Problem:
Where the line with "BOSS_EXTRUDE2_DEPTH = 2" appears below, start writing out lines exactly, and finish with the line with "# profile 1 of 4: a face of its own", which is included; write out nothing else.

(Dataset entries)
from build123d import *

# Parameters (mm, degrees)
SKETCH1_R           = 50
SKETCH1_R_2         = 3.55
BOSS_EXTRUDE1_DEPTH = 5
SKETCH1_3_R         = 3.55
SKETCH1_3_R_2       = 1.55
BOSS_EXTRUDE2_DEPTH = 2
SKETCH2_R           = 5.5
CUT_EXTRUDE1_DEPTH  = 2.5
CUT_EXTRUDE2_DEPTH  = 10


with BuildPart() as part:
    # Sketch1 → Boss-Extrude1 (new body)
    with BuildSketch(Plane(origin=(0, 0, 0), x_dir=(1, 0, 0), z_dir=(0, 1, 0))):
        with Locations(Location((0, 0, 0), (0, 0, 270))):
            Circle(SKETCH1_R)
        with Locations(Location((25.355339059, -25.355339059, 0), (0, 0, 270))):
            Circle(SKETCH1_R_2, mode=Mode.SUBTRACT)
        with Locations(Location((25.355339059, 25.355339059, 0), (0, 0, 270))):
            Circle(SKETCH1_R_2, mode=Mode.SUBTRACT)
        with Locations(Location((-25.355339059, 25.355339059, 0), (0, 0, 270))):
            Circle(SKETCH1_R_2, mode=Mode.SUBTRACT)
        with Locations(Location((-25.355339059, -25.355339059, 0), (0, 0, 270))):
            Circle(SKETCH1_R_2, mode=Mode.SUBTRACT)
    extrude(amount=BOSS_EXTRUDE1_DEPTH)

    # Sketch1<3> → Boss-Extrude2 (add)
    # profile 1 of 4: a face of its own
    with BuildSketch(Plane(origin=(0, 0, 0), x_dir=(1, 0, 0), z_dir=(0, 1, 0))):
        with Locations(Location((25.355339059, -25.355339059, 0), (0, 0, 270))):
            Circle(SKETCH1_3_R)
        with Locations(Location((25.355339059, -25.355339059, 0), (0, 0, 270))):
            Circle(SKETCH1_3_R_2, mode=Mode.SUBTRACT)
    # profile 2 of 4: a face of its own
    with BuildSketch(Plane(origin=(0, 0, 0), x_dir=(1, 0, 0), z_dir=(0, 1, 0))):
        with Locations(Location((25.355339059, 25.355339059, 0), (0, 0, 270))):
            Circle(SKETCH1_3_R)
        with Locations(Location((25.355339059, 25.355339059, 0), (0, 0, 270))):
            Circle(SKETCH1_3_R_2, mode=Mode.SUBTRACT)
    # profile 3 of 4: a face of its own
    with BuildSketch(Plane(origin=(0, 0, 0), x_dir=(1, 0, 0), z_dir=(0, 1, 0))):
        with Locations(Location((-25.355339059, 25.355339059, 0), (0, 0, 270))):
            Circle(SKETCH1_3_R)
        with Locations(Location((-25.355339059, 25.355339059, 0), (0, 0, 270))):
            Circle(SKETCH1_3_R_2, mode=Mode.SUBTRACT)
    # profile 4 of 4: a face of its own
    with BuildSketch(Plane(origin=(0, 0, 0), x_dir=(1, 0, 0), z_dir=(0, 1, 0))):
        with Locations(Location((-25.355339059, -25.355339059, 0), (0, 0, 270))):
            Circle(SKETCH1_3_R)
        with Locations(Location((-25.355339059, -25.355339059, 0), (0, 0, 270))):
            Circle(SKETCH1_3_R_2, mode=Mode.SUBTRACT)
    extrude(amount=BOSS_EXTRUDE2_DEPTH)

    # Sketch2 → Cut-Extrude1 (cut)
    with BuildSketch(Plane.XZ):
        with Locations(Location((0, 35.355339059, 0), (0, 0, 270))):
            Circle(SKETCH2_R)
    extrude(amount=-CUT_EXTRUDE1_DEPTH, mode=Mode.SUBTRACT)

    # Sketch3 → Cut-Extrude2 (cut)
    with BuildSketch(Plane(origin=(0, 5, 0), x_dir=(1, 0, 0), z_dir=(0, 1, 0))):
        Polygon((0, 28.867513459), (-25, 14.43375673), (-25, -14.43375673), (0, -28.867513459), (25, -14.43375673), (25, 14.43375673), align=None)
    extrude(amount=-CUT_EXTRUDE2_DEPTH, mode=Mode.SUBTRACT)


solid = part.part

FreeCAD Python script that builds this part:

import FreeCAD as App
import Part
import Sketcher
from FreeCAD import Vector
Q = App.Units.Quantity

doc = App.newDocument("Part")
params = doc.addObject("Spreadsheet::Sheet", "Params")
for row, (alias, value) in enumerate([
    ("sketch1_diameter", "100 mm"),
    ("sketch1_diameter2", "7.1 mm"),
    ("pad1_length", "5 mm"),
    ("sketch2_diameter", "7.1 mm"),
    ("sketch2_diameter2", "3.1 mm"),
    ("pad2_length", "2 mm"),
    ("sketch3_diameter", "11 mm"),
    ("pocket1_length", "2.5 mm"),
    ("pocket2_length", "10 mm"),
], start=1):
    params.set(f"A{row}", alias)
    params.set(f"B{row}", "=" + value)
    params.setAlias(f"B{row}", alias)

body = doc.addObject("PartDesign::Body", "Body")

# Sketch on XZ plane
sketch1 = doc.addObject("Sketcher::SketchObject", "Sketch")
body.addObject(sketch1)
sketch1.AttachmentSupport = (doc.XZ_Plane, [""])
sketch1.MapMode = "FlatFace"
sketch1.addGeometry(Part.Circle(Vector(0, 0, 0), Vector(0, 0, 1), 50), False)
sketch1.addGeometry(Part.Circle(Vector(-25.355339, -25.355339, 0), Vector(0, 0, 1), 3.55), False)
sketch1.addGeometry(Part.Circle(Vector(-25.355339, 25.355339, 0), Vector(0, 0, 1), 3.55), False)
sketch1.addGeometry(Part.Circle(Vector(25.355339, -25.355339, 0), Vector(0, 0, 1), 3.55), False)
sketch1.addGeometry(Part.Circle(Vector(25.355339, 25.355339, 0), Vector(0, 0, 1), 3.55), False)
sketch1.addConstraint(Sketcher.Constraint("Coincident", 0, 3, -1, 1))
sketch1.addConstraint(Sketcher.Constraint("Equal", 1, 2))
sketch1.addConstraint(Sketcher.Constraint("Equal", 2, 3))
sketch1.addConstraint(Sketcher.Constraint("Equal", 3, 4))
sketch1.addConstraint(Sketcher.Constraint("Symmetric", 2, 3, 3, 3, -1, 1))
sketch1.addConstraint(Sketcher.Constraint("Symmetric", 1, 3, 4, 3, -1, 1))
sketch1.addConstraint(Sketcher.Constraint("Symmetric", 1, 3, 3, 3, -2))
sketch1.addConstraint(Sketcher.Constraint("Diameter", 0, Q("100 mm")))
sketch1.addConstraint(Sketcher.Constraint("Diameter", 1, Q("7.1 mm")))
sketch1.addConstraint(Sketcher.Constraint("DistanceX", 1, 3, -1, 1, Q("25.355339 mm")))
sketch1.addConstraint(Sketcher.Constraint("DistanceY", 1, 3, -1, 1, Q("25.355339 mm")))
sketch1.setExpression("Constraints[7]", "Params.sketch1_diameter")
sketch1.setExpression("Constraints[8]", "Params.sketch1_diameter2")
pad1 = doc.addObject("PartDesign::Pad", "Pad")
body.addObject(pad1)
pad1.Profile = sketch1
pad1.setExpression("Length", "Params.pad1_length")
pad1.Reversed = True

# Sketch on XZ plane
sketch2 = doc.addObject("Sketcher::SketchObject", "Sketch001")
body.addObject(sketch2)
sketch2.AttachmentSupport = (doc.XZ_Plane, [""])
sketch2.MapMode = "FlatFace"
sketch2.addGeometry(Part.Circle(Vector(25.355339, 25.355339, 0), Vector(0, 0, 1), 3.55), False)
sketch2.addGeometry(Part.Circle(Vector(25.355339, 25.355339, 0), Vector(0, 0, 1), 1.55), False)
sketch2.addGeometry(Part.Circle(Vector(25.355339, -25.355339, 0), Vector(0, 0, 1), 3.55), False)
sketch2.addGeometry(Part.Circle(Vector(25.355339, -25.355339, 0), Vector(0, 0, 1), 1.55), False)
sketch2.addGeometry(Part.Circle(Vector(-25.355339, -25.355339, 0), Vector(0, 0, 1), 3.55), False)
sketch2.addGeometry(Part.Circle(Vector(-25.355339, -25.355339, 0), Vector(0, 0, 1), 1.55), False)
sketch2.addGeometry(Part.Circle(Vector(-25.355339, 25.355339, 0), Vector(0, 0, 1), 3.55), False)
sketch2.addGeometry(Part.Circle(Vector(-25.355339, 25.355339, 0), Vector(0, 0, 1), 1.55), False)
sketch2.addConstraint(Sketcher.Constraint("Coincident", 1, 3, 0, 3))
sketch2.addConstraint(Sketcher.Constraint("Coincident", 3, 3, 2, 3))
sketch2.addConstraint(Sketcher.Constraint("Coincident", 5, 3, 4, 3))
sketch2.addConstraint(Sketcher.Constraint("Coincident", 7, 3, 6, 3))
sketch2.addConstraint(Sketcher.Constraint("Equal", 0, 2))
sketch2.addConstraint(Sketcher.Constraint("Equal", 1, 3))
sketch2.addConstraint(Sketcher.Constraint("Equal", 2, 4))
sketch2.addConstraint(Sketcher.Constraint("Equal", 3, 5))
sketch2.addConstraint(Sketcher.Constraint("Equal", 4, 6))
sketch2.addConstraint(Sketcher.Constraint("Equal", 5, 7))
sketch2.addConstraint(Sketcher.Constraint("Symmetric", 0, 3, 4, 3, -1, 1))
sketch2.addConstraint(Sketcher.Constraint("Symmetric", 2, 3, 6, 3, -1, 1))
sketch2.addConstraint(Sketcher.Constraint("Symmetric", 2, 3, 4, 3, -2))
sketch2.addConstraint(Sketcher.Constraint("Diameter", 0, Q("7.1 mm")))
sketch2.addConstraint(Sketcher.Constraint("Diameter", 1, Q("3.1 mm")))
sketch2.addConstraint(Sketcher.Constraint("DistanceX", -1, 1, 0, 3, Q("25.355339 mm")))
sketch2.addConstraint(Sketcher.Constraint("DistanceY", -1, 1, 0, 3, Q("25.355339 mm")))
sketch2.setExpression("Constraints[13]", "Params.sketch2_diameter")
sketch2.setExpression("Constraints[14]", "Params.sketch2_diameter2")
pad2 = doc.addObject("PartDesign::Pad", "Pad001")
body.addObject(pad2)
pad2.Profile = sketch2
pad2.setExpression("Length", "Params.pad2_length")
pad2.Reversed = True

# Sketch on XZ plane
sketch3 = doc.addObject("Sketcher::SketchObject", "Sketch002")
body.addObject(sketch3)
sketch3.AttachmentSupport = (doc.XZ_Plane, [""])
sketch3.MapMode = "FlatFace"
sketch3.addGeometry(Part.Circle(Vector(0, 35.355339, 0), Vector(0, 0, 1), 5.5), False)
sketch3.addConstraint(Sketcher.Constraint("PointOnObject", 0, 3, -2))
sketch3.addConstraint(Sketcher.Constraint("Diameter", 0, Q("11 mm")))
sketch3.addConstraint(Sketcher.Constraint("DistanceY", -1, 1, 0, 3, Q("35.355339 mm")))
sketch3.setExpression("Constraints[1]", "Params.sketch3_diameter")
pocket1 = doc.addObject("PartDesign::Pocket", "Pocket")
body.addObject(pocket1)
pocket1.Profile = sketch3
pocket1.setExpression("Length", "Params.pocket1_length")

# Sketch on XZ plane
sketch4 = doc.addObject("Sketcher::SketchObject", "Sketch003")
body.addObject(sketch4)
sketch4.AttachmentSupport = (doc.XZ_Plane, [""])
sketch4.MapMode = "FlatFace"
sketch4.AttachmentOffset = App.Placement(Vector(0, 0, -5), App.Rotation())
sketch4.addGeometry(Part.LineSegment(Vector(0, -28.867513, 0), Vector(-25, -14.433757, 0)), False)
sketch4.addGeometry(Part.LineSegment(Vector(-25, -14.433757, 0), Vector(-25, 14.433757, 0)), False)
sketch4.addGeometry(Part.LineSegment(Vector(-25, 14.433757, 0), Vector(0, 28.867513, 0)), False)
sketch4.addGeometry(Part.LineSegment(Vector(0, 28.867513, 0), Vector(25, 14.433757, 0)), False)
sketch4.addGeometry(Part.LineSegment(Vector(25, 14.433757, 0), Vector(25, -14.433757, 0)), False)
sketch4.addGeometry(Part.LineSegment(Vector(25, -14.433757, 0), Vector(0, -28.867513, 0)), False)
sketch4.addConstraint(Sketcher.Constraint("Coincident", 0, 2, 1, 1))
sketch4.addConstraint(Sketcher.Constraint("Coincident", 1, 2, 2, 1))
sketch4.addConstraint(Sketcher.Constraint("Coincident", 2, 2, 3, 1))
sketch4.addConstraint(Sketcher.Constraint("Coincident", 3, 2, 4, 1))
sketch4.addConstraint(Sketcher.Constraint("Coincident", 4, 2, 5, 1))
sketch4.addConstraint(Sketcher.Constraint("Coincident", 5, 2, 0, 1))
sketch4.addConstraint(Sketcher.Constraint("Vertical", 1))
sketch4.addConstraint(Sketcher.Constraint("Vertical", 4))
sketch4.addConstraint(Sketcher.Constraint("Symmetric", 0, 2, 3, 2, -1, 1))
sketch4.addConstraint(Sketcher.Constraint("Symmetric", 2, 2, 5, 2, -1, 1))
sketch4.addConstraint(Sketcher.Constraint("PointOnObject", 2, 2, -2))
sketch4.addConstraint(Sketcher.Constraint("Parallel", 2, 5))
sketch4.addConstraint(Sketcher.Constraint("Horizontal", 1, 2, 3, 2))
sketch4.addConstraint(Sketcher.Constraint("Angle", 0, Q("150 deg")))
sketch4.addConstraint(Sketcher.Constraint("DistanceX", 0, 2, -1, 1, Q("25 mm")))
sketch4.addConstraint(Sketcher.Constraint("DistanceY", 1, 1, 1, 2, Q("28.867513 mm")))
pocket2 = doc.addObject("PartDesign::Pocket", "Pocket001")
body.addObject(pocket2)
pocket2.Profile = sketch4
pocket2.setExpression("Length", "Params.pocket2_length")
pocket2.Reversed = True

doc.recompute()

Result for this task:
BOSS_EXTRUDE2_DEPTH = 2
SKETCH2_R           = 5.5
CUT_EXTRUDE1_DEPTH  = 2.5
CUT_EXTRUDE2_DEPTH  = 10


with BuildPart() as part:
    # Sketch1 → Boss-Extrude1 (new body)
    with BuildSketch(Plane(origin=(0, 0, 0), x_dir=(1, 0, 0), z_dir=(0, 1, 0))):
        with Locations(Location((0, 0, 0), (0, 0, 270))):
            Circle(SKETCH1_R)
        with Locations(Location((25.355339059, -25.355339059, 0), (0, 0, 270))):
            Circle(SKETCH1_R_2, mode=Mode.SUBTRACT)
        with Locations(Location((25.355339059, 25.355339059, 0), (0, 0, 270))):
            Circle(SKETCH1_R_2, mode=Mode.SUBTRACT)
        with Locations(Location((-25.355339059, 25.355339059, 0), (0, 0, 270))):
            Circle(SKETCH1_R_2, mode=Mode.SUBTRACT)
        with Locations(Location((-25.355339059, -25.355339059, 0), (0, 0, 270))):
            Circle(SKETCH1_R_2, mode=Mode.SUBTRACT)
    extrude(amount=BOSS_EXTRUDE1_DEPTH)

    # Sketch1<3> → Boss-Extrude2 (add)
    # profile 1 of 4: a face of its own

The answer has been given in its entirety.